The position of the professional artist and of the professional man of letters in modern European society is ill defined. As a man who has been brought up in a palace would undoubtedly betray his breeding sooner or later if transported to live amongst a gang of thieves, so a man who has grown to years of discretion in the atmosphere of studios or in the queer company from which most literary men have sprung, will inevitably, at one time or another, offend the susceptibilities of that portion of humanity which calls itself society. It is impossible that it should be otherwise. Among a set of people whose profession it is to do always, and in all things, precisely what their neighbours do, the man who makes his living by doing what other people cannot do, must always be a marked figure. Look at modern society. It cannot toil nor spin; it can hardly put together ten words in a grammatical sequence. But it can clothe itself. The man of letters can both toil and write good English, but his taste in tailoring frequently leaves much to be desired. If he would put himself in the hands of Poole, and hold his tongue, he might almost pass for a member of society. But he must needs talk, and his speech bewrayeth him for a Galilean. There are wits in society, both many and keen, who can say something original, cutting and neatly turned, upon almost any subject, with an easy superiority which makes the hair of the learned man stand erect upon his head. The chief characteristic of him who lives by his brains is, that he is not only able to talk consecutively upon some subject, but that he actually does so, which, in society, is accounted a monstrous crime against manners. Let him write what he wants to say, and print it; society will either not understand him at all, or will read his works with a dictionary in the secrecy of its own chamber. But if he will hold his tongue in public, society will give him a cup of tea and treat him almost like a human being for the sake of being said to patronise letters. Any one who likes society's tea may drink his fill of it in consideration of wearing a good coat and keeping his wits to himself, but he will not succeed in marrying any of society's sisters, cousins or aunts without a severe struggle.
Anastase Gouache did not quite understand this. He sometimes found himself amidst a group of people who were freely discussing some person unknown to him. On such occasions he held his peace, innocently supposing that his ignorance was without any importance whatsoever, among a set of men and women with whom not to know every detail concerning every one else is to be little better than an outcast.
"Now do tell me all about the Snooks and Montmorency divorce," says Lady Smyth-Tompkins with a sweetly engaging smile, as she holds out her hand.
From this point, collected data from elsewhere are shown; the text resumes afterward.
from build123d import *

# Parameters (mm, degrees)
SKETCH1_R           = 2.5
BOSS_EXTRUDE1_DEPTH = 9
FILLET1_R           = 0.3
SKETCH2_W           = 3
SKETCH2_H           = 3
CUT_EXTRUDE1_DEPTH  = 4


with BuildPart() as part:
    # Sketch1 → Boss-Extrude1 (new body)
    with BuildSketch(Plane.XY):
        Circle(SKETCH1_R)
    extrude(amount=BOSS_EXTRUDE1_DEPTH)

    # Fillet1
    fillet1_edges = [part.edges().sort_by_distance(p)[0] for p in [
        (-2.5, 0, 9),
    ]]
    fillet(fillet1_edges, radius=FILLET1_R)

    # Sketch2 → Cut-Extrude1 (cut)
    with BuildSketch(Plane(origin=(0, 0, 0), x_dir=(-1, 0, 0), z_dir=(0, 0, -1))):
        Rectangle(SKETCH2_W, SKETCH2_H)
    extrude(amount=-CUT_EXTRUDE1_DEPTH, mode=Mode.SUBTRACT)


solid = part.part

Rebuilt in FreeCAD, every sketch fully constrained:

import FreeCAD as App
import Part
import Sketcher
from FreeCAD import Vector
Q = App.Units.Quantity


def edges_at(feature, points):
    """Names of the edges that pass closest to the given points."""
    edges = feature.Shape.Edges
    near = lambda p: min(range(len(edges)), key=lambda i: edges[i].distToShape(Part.Vertex(*p))[0])
    return sorted({f"Edge{near(p) + 1}" for p in points})

doc = App.newDocument("Part")
body = doc.addObject("PartDesign::Body", "Body")

# Sketch on XY plane
sketch1 = doc.addObject("Sketcher::SketchObject", "Sketch")
body.addObject(sketch1)
sketch1.AttachmentSupport = (doc.XY_Plane, [""])
sketch1.MapMode = "FlatFace"
sketch1.addGeometry(Part.Circle(Vector(0, 0, 0), Vector(0, 0, 1), 2.5), False)
sketch1.addConstraint([
    Sketcher.Constraint("Coincident", 0, 3, -1, 1),
    Sketcher.Constraint("Diameter", 0, Q("5 mm")),
])
pad1 = doc.addObject("PartDesign::Pad", "Pad")
body.addObject(pad1)
pad1.Profile = sketch1
pad1.Length = 9
doc.recompute()

fillet = doc.addObject("PartDesign::Fillet", "Fillet")
body.addObject(fillet)
fillet.Base = (pad1, edges_at(pad1, [(-2.5, 0, 9)]))
fillet.Radius = 0.3

# Sketch on XY plane
sketch2 = doc.addObject("Sketcher::SketchObject", "Sketch001")
body.addObject(sketch2)
sketch2.AttachmentSupport = (doc.XY_Plane, [""])
sketch2.MapMode = "FlatFace"
sketch2.addGeometry([
    Part.LineSegment(Vector(1.5, 1.5, 0), Vector(1.5, -1.5, 0)),
    Part.LineSegment(Vector(1.5, -1.5, 0), Vector(-1.5, -1.5, 0)),
    Part.LineSegment(Vector(-1.5, -1.5, 0), Vector(-1.5, 1.5, 0)),
    Part.LineSegment(Vector(-1.5, 1.5, 0), Vector(1.5, 1.5, 0)),
], False)
sketch2.addConstraint([
    Sketcher.Constraint("Coincident", 0, 2, 1, 1),
    Sketcher.Constraint("Coincident", 1, 2, 2, 1),
    Sketcher.Constraint("Coincident", 2, 2, 3, 1),
    Sketcher.Constraint("Coincident", 3, 2, 0, 1),
    Sketcher.Constraint("Vertical", 0),
    Sketcher.Constraint("Horizontal", 1),
    Sketcher.Constraint("Vertical", 2),
    Sketcher.Constraint("Horizontal", 3),
    Sketcher.Constraint("Symmetric", 0, 2, 2, 2, -1, 1),
    Sketcher.Constraint("Equal", 3, 0),
    Sketcher.Constraint("DistanceX", 1, 2, 1, 1, Q("3 mm")),
])
pocket1 = doc.addObject("PartDesign::Pocket", "Pocket")
body.addObject(pocket1)
pocket1.Profile = sketch2
pocket1.Length = 4
pocket1.Reversed = True

doc.recompute()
"I did not know there was such a case—I don't know the people," you answer.
"Oh! I thought, of course, you knew all about it," Lady Smyth-Tompkins replies, and her features turn to stone as she realises that you do not know everybody, and leaves you to your own reflections.
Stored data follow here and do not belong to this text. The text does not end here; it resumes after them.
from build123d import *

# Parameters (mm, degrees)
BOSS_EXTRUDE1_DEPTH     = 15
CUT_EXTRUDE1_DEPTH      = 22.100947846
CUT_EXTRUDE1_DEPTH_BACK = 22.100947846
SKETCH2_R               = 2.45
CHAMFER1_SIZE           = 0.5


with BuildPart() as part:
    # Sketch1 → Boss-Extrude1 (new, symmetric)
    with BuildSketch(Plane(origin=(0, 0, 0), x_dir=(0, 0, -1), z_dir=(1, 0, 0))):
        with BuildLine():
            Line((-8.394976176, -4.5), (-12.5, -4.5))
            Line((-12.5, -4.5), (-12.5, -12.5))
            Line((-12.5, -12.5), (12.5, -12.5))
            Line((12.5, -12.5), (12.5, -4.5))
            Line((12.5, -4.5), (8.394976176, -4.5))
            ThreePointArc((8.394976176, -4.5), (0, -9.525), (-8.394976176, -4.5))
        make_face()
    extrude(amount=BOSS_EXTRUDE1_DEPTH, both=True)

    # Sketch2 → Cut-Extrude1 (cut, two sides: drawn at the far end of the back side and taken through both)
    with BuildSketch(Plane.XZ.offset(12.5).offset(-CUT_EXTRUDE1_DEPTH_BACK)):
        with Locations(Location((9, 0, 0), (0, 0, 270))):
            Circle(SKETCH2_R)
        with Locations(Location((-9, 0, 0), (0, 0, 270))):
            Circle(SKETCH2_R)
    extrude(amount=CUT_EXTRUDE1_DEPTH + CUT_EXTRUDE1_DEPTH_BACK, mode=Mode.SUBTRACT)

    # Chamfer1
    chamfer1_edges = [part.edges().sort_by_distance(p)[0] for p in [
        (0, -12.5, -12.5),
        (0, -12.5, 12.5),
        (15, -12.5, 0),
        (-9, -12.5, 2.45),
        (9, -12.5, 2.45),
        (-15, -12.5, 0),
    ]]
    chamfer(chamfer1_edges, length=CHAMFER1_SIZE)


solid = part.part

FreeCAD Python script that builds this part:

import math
import FreeCAD as App
import Part
import Sketcher

V = App.Vector


def edges_at(feature, points):
    """Names of the edges that pass closest to the given points."""
    edges = feature.Shape.Edges
    near = lambda p: min(range(len(edges)), key=lambda i: edges[i].distToShape(Part.Vertex(*p))[0])
    return sorted({f"Edge{near(p) + 1}" for p in points})

doc = App.newDocument("Part")
body = doc.addObject("PartDesign::Body", "Body")

# Sketch on YZ plane
sketch1 = body.newObject("Sketcher::SketchObject", "Sketch")
sketch1.AttachmentSupport = (doc.getObject("YZ_Plane"), [""])
sketch1.MapMode = "FlatFace"
sketch1.addGeometry(Part.LineSegment(V(-4.5, 8.394976, 0), V(-4.5, 12.5, 0)), False)
sketch1.addGeometry(Part.LineSegment(V(-4.5, 12.5, 0), V(-12.5, 12.5, 0)), False)
sketch1.addGeometry(Part.LineSegment(V(-12.5, 12.5, 0), V(-12.5, -12.5, 0)), False)
sketch1.addGeometry(Part.LineSegment(V(-12.5, -12.5, 0), V(-4.5, -12.5, 0)), False)
sketch1.addGeometry(Part.LineSegment(V(-4.5, -12.5, 0), V(-4.5, -8.394976, 0)), False)
sketch1.addGeometry(Part.ArcOfCircle(Part.Circle(V(0, 0, 0), V(0, 0, 1), 9.525), math.radians(118.192861), math.radians(241.807139)), False)
sketch1.addConstraint(Sketcher.Constraint("Coincident", 0, 2, 1, 1))
sketch1.addConstraint(Sketcher.Constraint("Coincident", 1, 2, 2, 1))
sketch1.addConstraint(Sketcher.Constraint("Coincident", 2, 2, 3, 1))
sketch1.addConstraint(Sketcher.Constraint("Coincident", 3, 2, 4, 1))
sketch1.addConstraint(Sketcher.Constraint("Coincident", 4, 2, 5, 2))
sketch1.addConstraint(Sketcher.Constraint("Coincident", 5, 1, 0, 1))
sketch1.addConstraint(Sketcher.Constraint("Vertical", 0))
sketch1.addConstraint(Sketcher.Constraint("Horizontal", 1))
sketch1.addConstraint(Sketcher.Constraint("Vertical", 2))
sketch1.addConstraint(Sketcher.Constraint("Horizontal", 3))
sketch1.addConstraint(Sketcher.Constraint("Vertical", 4))
sketch1.addConstraint(Sketcher.Constraint("Coincident", 5, 3, -1, 1))
sketch1.addConstraint(Sketcher.Constraint("Symmetric", 0, 2, 3, 2, -1))
sketch1.addConstraint(Sketcher.Constraint("DistanceX", 1, 2, 1, 1, 8.0))
sketch1.addConstraint(Sketcher.Constraint("DistanceY", 2, 2, 2, 1, 25.0))
sketch1.addConstraint(Sketcher.Constraint("Radius", 5, 9.525))
sketch1.addConstraint(Sketcher.Constraint("DistanceX", 0, 2, -1, 1, 4.5))
pad1 = body.newObject("PartDesign::Pad", "Pad")
pad1.Profile = sketch1
pad1.Length = 30
pad1.Midplane = True

# Sketch on XZ plane
sketch2 = body.newObject("Sketcher::SketchObject", "Sketch001")
sketch2.AttachmentSupport = (doc.getObject("XZ_Plane"), [""])
sketch2.MapMode = "FlatFace"
sketch2.AttachmentOffset = App.Placement(V(0, 0, 12.5), App.Rotation())
sketch2.addGeometry(Part.Circle(V(9, 0, 0), V(0, 0, 1), 2.45), False)
sketch2.addGeometry(Part.Circle(V(-9, 0, 0), V(0, 0, 1), 2.45), False)
sketch2.addConstraint(Sketcher.Constraint("Equal", 0, 1))
sketch2.addConstraint(Sketcher.Constraint("Symmetric", 0, 3, 1, 3, -1, 1))
sketch2.addConstraint(Sketcher.Constraint("PointOnObject", 0, 3, -1))
sketch2.addConstraint(Sketcher.Constraint("Diameter", 0, 4.9))
sketch2.addConstraint(Sketcher.Constraint("DistanceX", -1, 1, 0, 3, 9.0))
pocket1 = body.newObject("PartDesign::Pocket", "Pocket")
pocket1.Profile = sketch2
pocket1.Type = "ThroughAll"
pocket1.Midplane = True
doc.recompute()

chamfer = body.newObject("PartDesign::Chamfer", "Chamfer")
chamfer.Base = (pocket1, edges_at(pocket1, [
    (0, -12.5, -12.5),
    (0, -12.5, 12.5),
    (15, -12.5, 0),
    (-9, -12.5, 2.45),
    (9, -12.5, 2.45),
    (-15, -12.5, 0),
]))
chamfer.Size = 0.5

doc.recompute()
O Thackeray, snobissme maxime! How well you knew them!
There are no snobs among the Latin races, but there is a worse animal, the sycophant, descended directly from the dinner-tables of ancient Rome. In old-fashioned houses there are often several of them, headed invariably by the "giornale ambulante," the walking newspaper, whose business it is to pick up items of news during the day in order to detail them to the family in the evening. There is a certain old princess who sits every evening with her needlework at the head of a long table in the dismal drawing-room of a gigantic palace. On each side of the board are seated the old parasites, the family doctor, the family chaplain, the family lawyer, the family librarian, the peripatetic news-sheet and the rest.
"I have been out to-day," says her excellency.
"Oh! Ah! Dear me! In this weather! Hear what the princess says! The princess has been out!" The chorus comes up the table, all the answers reaching her ears at once.
"And I saw, as I drove by, the new monument! What a ridiculous thing it is."